The point about the way in which we use Suuntos is that they are hand held thus the scale must be read at the same time as the instrument is properly positioned; that is why both eyes must be used simultaneously - one on the far point and one on the scale. A tripod mounted instrument can be set up, properly positioned and then left while you have a cup of tea before the relevant figure need be read off the scale. It is this use of both eyes that means that an allowance needs be made for the user as well as for the instrument and for magnetic variation. All these factors can be rolled up into one global "correction" provided that this calibration is done on every trip and that on that trip the instrument is then used in the same way by the same person to take all the readings.

I recommend that you read 'The effect of binocular vision disorders on cave surveying accuracy' by Mark Dougherty, Cave and Karst Science Vol 33 No 2 2006. Using two eyes is great provided they both point in the same direction.
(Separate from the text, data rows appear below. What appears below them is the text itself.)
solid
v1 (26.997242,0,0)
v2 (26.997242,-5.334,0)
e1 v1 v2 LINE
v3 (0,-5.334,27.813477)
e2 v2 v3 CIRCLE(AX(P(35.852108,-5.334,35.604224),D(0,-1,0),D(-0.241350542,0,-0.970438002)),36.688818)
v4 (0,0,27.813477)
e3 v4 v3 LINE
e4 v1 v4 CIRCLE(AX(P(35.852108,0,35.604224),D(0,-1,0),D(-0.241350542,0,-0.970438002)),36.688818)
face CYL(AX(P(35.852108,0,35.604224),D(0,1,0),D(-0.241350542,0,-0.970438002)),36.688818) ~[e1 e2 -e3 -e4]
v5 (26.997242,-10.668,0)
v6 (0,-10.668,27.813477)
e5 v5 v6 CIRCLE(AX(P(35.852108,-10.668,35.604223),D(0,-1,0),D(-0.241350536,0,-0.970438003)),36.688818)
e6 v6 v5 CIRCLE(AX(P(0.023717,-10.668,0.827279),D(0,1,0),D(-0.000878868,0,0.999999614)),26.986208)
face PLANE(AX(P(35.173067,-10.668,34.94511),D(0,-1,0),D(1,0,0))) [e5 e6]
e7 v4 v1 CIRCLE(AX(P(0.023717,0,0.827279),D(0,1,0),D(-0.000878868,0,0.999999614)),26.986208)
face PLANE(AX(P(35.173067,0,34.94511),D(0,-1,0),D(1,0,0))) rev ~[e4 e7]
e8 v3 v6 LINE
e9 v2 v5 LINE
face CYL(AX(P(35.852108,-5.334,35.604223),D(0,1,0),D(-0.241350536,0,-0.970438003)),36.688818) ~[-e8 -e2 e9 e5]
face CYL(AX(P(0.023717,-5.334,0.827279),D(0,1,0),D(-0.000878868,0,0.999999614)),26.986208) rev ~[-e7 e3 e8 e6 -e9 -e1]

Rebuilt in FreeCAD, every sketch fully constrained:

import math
import FreeCAD as App
import Part
import Sketcher
Q = App.Units.Quantity

doc = App.newDocument("Part")
body = doc.addObject("PartDesign::Body", "Body")

# Sketch on XZ plane
sketch1 = body.newObject("Sketcher::SketchObject", "Sketch")
sketch1.AttachmentSupport = (doc.getObject("XZ_Plane"), [""])
sketch1.MapMode = "FlatFace"
sketch1.addGeometry(Part.ArcOfCircle(Part.Circle(App.Vector(0, 1, 0), App.Vector(0, 0, 1), 27), math.radians(-2), math.radians(90)), False)
sketch1.addGeometry(Part.ArcOfCircle(Part.Circle(App.Vector(36, 36, 0), App.Vector(0, 0, 1), 37), math.radians(-104), math.radians(192)), False)
sketch1.addConstraint(Sketcher.Constraint("Coincident", 0, 1, 1, 1))
sketch1.addConstraint(Sketcher.Constraint("Coincident", 1, 2, 0, 2))
sketch1.addConstraint(Sketcher.Constraint("PointOnObject", 0, 1, -1))
sketch1.addConstraint(Sketcher.Constraint("PointOnObject", 1, 2, -2))
sketch1.addConstraint(Sketcher.Constraint("Radius", 0, 26.986208))
sketch1.addConstraint(Sketcher.Constraint("Radius", 1, 36.688818))
sketch1.addConstraint(Sketcher.Constraint("DistanceY", -1, 1, 0, 3, 0.827279))
sketch1.addConstraint(Sketcher.Constraint("DistanceX", -1, 1, 1, 3, 35.852108))
pad1 = body.newObject("PartDesign::Pad", "Pad")
pad1.Profile = sketch1
pad1.Length = Q("0.21 in")

# Sketch on XZ plane
sketch2 = body.newObject("Sketcher::SketchObject", "Sketch001")
sketch2.AttachmentSupport = (doc.getObject("XZ_Plane"), [""])
sketch2.MapMode = "FlatFace"
sketch2.AttachmentOffset = App.Placement(App.Vector(0, 0, 0.21 * 25.4), App.Rotation())
sketch2.addGeometry(Part.ArcOfCircle(Part.Circle(App.Vector(0, 1, 0), App.Vector(0, 0, 1), 27), math.radians(-2), math.radians(90)), False)
sketch2.addGeometry(Part.ArcOfCircle(Part.Circle(App.Vector(36, 36, 0), App.Vector(0, 0, 1), 37), math.radians(-104), math.radians(192)), False)
sketch2.addConstraint(Sketcher.Constraint("Coincident", 0, 1, 1, 1))
sketch2.addConstraint(Sketcher.Constraint("Coincident", 1, 2, 0, 2))
sketch2.addConstraint(Sketcher.Constraint("PointOnObject", 0, 1, -1))
sketch2.addConstraint(Sketcher.Constraint("PointOnObject", 1, 2, -2))
sketch2.addConstraint(Sketcher.Constraint("Radius", 0, 26.986208))
sketch2.addConstraint(Sketcher.Constraint("Radius", 1, 36.688818))
sketch2.addConstraint(Sketcher.Constraint("DistanceY", -1, 1, 0, 3, 0.827279))
sketch2.addConstraint(Sketcher.Constraint("DistanceX", 0, 3, 1, 3, 35.828391))
pad2 = body.newObject("PartDesign::Pad", "Pad001")
pad2.Profile = sketch2
pad2.Length = Q("0.21 in")

doc.recompute()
The aforesaid binocular disorders may mean they do not, and from the paper it seems that could apply to about 20% of the population - and perhaps more on a morning after a night before! To achieve a grade 5 survey the surveyer should check that they don't suffer before taking any readings. If they do, or suspect they might, then using one eye is perfectly possible and eliminates the possibility of error. I find that two eyes can be okay provided I stay focused on the far station. However if my attention switches to attempting to read the Suunto's scale through the film of mud inside it, the reading can go haywire. To avoid a possible source of eror I always use just one eye for the compass switching my attention back and forward between the far station and the scale. Another way of eliminating binocular and parallax errors when using two eyes is to turn your head on its side so one eye is vertically above the other! I think that suggestion in teh paper might even have been serious?